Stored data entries
□ □ □ □

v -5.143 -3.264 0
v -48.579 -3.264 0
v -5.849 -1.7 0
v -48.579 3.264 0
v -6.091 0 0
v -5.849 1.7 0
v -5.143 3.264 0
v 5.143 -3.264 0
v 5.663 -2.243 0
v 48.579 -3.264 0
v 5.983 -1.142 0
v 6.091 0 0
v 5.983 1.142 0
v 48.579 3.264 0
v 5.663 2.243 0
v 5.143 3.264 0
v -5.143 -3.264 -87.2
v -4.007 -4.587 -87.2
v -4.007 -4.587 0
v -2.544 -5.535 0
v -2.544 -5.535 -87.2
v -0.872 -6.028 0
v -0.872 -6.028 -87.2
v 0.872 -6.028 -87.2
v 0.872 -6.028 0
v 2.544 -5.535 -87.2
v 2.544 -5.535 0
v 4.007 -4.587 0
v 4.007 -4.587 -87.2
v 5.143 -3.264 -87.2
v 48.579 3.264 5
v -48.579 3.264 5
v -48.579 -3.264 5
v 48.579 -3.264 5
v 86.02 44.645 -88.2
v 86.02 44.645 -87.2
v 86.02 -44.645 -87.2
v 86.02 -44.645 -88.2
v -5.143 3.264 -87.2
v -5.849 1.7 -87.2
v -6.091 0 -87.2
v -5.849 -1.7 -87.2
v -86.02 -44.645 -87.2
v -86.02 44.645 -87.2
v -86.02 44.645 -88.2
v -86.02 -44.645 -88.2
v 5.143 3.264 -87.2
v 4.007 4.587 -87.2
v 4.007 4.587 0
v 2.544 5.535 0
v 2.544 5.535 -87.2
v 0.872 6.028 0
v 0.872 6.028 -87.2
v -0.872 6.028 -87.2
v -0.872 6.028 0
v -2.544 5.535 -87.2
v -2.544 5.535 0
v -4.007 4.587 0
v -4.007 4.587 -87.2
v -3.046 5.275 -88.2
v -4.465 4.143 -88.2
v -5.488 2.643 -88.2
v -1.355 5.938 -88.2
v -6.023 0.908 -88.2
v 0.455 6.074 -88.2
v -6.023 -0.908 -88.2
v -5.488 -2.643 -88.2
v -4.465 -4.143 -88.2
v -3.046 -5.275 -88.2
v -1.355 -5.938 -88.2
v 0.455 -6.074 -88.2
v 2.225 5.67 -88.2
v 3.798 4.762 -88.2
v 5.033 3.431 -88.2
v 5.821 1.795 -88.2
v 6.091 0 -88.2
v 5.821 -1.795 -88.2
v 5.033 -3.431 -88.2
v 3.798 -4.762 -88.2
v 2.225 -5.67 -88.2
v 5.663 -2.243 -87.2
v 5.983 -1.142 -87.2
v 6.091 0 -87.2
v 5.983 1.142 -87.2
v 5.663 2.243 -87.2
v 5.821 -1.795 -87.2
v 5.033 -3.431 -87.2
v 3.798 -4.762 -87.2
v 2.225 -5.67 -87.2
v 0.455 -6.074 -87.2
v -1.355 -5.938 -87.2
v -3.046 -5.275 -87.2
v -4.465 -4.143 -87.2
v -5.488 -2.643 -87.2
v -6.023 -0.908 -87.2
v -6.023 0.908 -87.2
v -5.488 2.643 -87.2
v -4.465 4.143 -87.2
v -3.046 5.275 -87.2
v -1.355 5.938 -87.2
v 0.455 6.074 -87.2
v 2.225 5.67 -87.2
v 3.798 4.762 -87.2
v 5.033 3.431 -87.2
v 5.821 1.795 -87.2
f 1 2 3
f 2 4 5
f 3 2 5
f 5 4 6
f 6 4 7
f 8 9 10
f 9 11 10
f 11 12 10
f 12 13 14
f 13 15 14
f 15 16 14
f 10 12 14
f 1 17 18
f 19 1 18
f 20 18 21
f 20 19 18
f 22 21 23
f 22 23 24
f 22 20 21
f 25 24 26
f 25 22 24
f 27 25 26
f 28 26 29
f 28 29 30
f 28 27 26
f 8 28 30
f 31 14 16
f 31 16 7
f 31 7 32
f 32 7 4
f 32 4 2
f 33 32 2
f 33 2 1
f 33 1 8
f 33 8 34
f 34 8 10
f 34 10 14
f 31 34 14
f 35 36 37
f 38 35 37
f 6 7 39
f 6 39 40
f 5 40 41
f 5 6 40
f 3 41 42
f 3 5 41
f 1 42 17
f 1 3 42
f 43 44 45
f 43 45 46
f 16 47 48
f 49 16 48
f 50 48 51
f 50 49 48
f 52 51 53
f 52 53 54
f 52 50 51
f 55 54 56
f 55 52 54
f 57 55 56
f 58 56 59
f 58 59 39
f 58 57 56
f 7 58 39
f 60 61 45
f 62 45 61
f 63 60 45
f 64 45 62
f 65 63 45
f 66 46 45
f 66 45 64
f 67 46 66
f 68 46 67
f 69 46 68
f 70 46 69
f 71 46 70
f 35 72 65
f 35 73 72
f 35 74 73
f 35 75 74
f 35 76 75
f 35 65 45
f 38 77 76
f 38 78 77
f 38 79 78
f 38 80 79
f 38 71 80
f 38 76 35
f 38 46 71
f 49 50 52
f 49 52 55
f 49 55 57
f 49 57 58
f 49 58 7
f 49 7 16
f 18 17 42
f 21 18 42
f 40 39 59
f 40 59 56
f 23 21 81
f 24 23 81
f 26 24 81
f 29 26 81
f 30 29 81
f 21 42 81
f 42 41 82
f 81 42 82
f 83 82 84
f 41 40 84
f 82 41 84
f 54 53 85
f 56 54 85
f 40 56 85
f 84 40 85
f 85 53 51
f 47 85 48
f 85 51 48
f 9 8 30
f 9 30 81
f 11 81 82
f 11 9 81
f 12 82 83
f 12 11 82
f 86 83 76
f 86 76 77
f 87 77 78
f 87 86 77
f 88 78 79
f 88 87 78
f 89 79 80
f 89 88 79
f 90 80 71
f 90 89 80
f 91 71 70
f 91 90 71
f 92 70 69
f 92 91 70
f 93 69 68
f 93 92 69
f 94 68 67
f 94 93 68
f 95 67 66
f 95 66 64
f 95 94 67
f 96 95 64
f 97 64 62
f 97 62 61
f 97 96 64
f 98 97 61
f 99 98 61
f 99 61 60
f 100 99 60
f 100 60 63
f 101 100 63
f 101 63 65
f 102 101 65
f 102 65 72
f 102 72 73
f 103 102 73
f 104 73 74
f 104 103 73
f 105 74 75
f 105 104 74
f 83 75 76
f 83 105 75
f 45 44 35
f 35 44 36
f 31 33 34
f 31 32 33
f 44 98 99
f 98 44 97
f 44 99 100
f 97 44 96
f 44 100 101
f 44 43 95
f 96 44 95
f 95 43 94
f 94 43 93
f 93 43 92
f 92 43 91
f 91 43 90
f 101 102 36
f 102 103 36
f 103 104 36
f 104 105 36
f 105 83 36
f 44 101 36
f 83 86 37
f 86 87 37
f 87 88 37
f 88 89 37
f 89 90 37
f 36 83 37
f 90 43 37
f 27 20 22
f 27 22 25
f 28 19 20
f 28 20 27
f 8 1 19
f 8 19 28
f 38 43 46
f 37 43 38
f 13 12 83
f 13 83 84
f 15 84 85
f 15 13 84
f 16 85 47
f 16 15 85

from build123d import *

# Parameters (mm, degrees)
F1_DEPTH = 5
F2_DEPTH = 87.2
F3_W     = 172.0396727324
F3_H     = 89.2892256379
F3_R     = 6.0911774304
F4_DEPTH = 1


with BuildPart() as f1:
    # F0 (on Top) → F1 (new body)
    with BuildSketch(Plane.XY):
        with BuildLine():
            Line((-48.5793091357, -3.2642639708), (-5.1426669363, -3.2642639708))
            ThreePointArc((-5.1426669363, -3.2642639708), (-6.0911774304, 0), (-5.1426669363, 3.2642639708))
            Line((-5.1426669363, 3.2642639708), (-48.5793091357, 3.2642639708))
            Line((-48.5793091357, 3.2642639708), (-48.5793091357, -3.2642639708))
        make_face()
        with BuildLine():
            Line((-5.1426669363, -3.2642639708), (5.1426669363, -3.2642639708))
            ThreePointArc((5.1426669363, -3.2642639708), (5.8492452189, -1.6996390373), (6.0911774304, 0))
            ThreePointArc((6.0911774304, 0), (5.8492452189, 1.6996390373), (5.1426669363, 3.2642639708))
            Line((5.1426669363, 3.2642639708), (-5.1426669363, 3.2642639708))
            ThreePointArc((-5.1426669363, 3.2642639708), (-6.0911774304, 0), (-5.1426669363, -3.2642639708))
        make_face()
        with BuildLine():
            Line((5.1426669363, -3.2642639708), (48.5793091357, -3.2642639708))
            Line((48.5793091357, -3.2642639708), (48.5793091357, 3.2642639708))
            Line((48.5793091357, 3.2642639708), (5.1426669363, 3.2642639708))
            ThreePointArc((5.1426669363, 3.2642639708), (5.8492452189, 1.6996390373), (6.0911774304, 0))
            ThreePointArc((6.0911774304, 0), (5.8492452189, -1.6996390373), (5.1426669363, -3.2642639708))
        make_face()
    extrude(amount=F1_DEPTH)

    # F0 (on Top) → F2 (join)
    with BuildSketch(Plane.XY):
        with BuildLine():
            ThreePointArc((-5.1426669363, -3.2642639708), (0, -6.0911774304), (5.1426669363, -3.2642639708))
            Line((5.1426669363, -3.2642639708), (-5.1426669363, -3.2642639708))
        make_face()
        with BuildLine():
            Line((-5.1426669363, 3.2642639708), (5.1426669363, 3.2642639708))
            ThreePointArc((5.1426669363, 3.2642639708), (0, 6.0911774304), (-5.1426669363, 3.2642639708))
        make_face()
        with BuildLine():
            Line((-5.1426669363, -3.2642639708), (5.1426669363, -3.2642639708))
            ThreePointArc((5.1426669363, -3.2642639708), (5.8492452189, -1.6996390373), (6.0911774304, 0))
            ThreePointArc((6.0911774304, 0), (5.8492452189, 1.6996390373), (5.1426669363, 3.2642639708))
            Line((5.1426669363, 3.2642639708), (-5.1426669363, 3.2642639708))
            ThreePointArc((-5.1426669363, 3.2642639708), (-6.0911774304, 0), (-5.1426669363, -3.2642639708))
        make_face()
    extrude(amount=-F2_DEPTH)


with BuildPart() as f4:
    # F3 (on face) → F4 (new body)
    with BuildSketch(Plane(origin=(0, 0, -87.2), x_dir=(1, 0, 0), z_dir=(0, 0, -1))):
        Rectangle(F3_W, F3_H)
        Circle(F3_R, mode=Mode.SUBTRACT)
    extrude(amount=F4_DEPTH)


solid = Compound([f1.part, f4.part])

□ □ □ □

→ **ABOUT THIS TASK**: Given the records above, restate word for word only the lines starting at the one with "v 5.983 1.142 0" and ending at the one with "v 5.143 -3.264 -87.2".

→ **SOLUTION**:
v 5.983 1.142 0
v 48.579 3.264 0
v 5.663 2.243 0
v 5.143 3.264 0
v -5.143 -3.264 -87.2
v -4.007 -4.587 -87.2
v -4.007 -4.587 0
v -2.544 -5.535 0
v -2.544 -5.535 -87.2
v -0.872 -6.028 0
v -0.872 -6.028 -87.2
v 0.872 -6.028 -87.2
v 0.872 -6.028 0
v 2.544 -5.535 -87.2
v 2.544 -5.535 0
v 4.007 -4.587 0
v 4.007 -4.587 -87.2
v 5.143 -3.264 -87.2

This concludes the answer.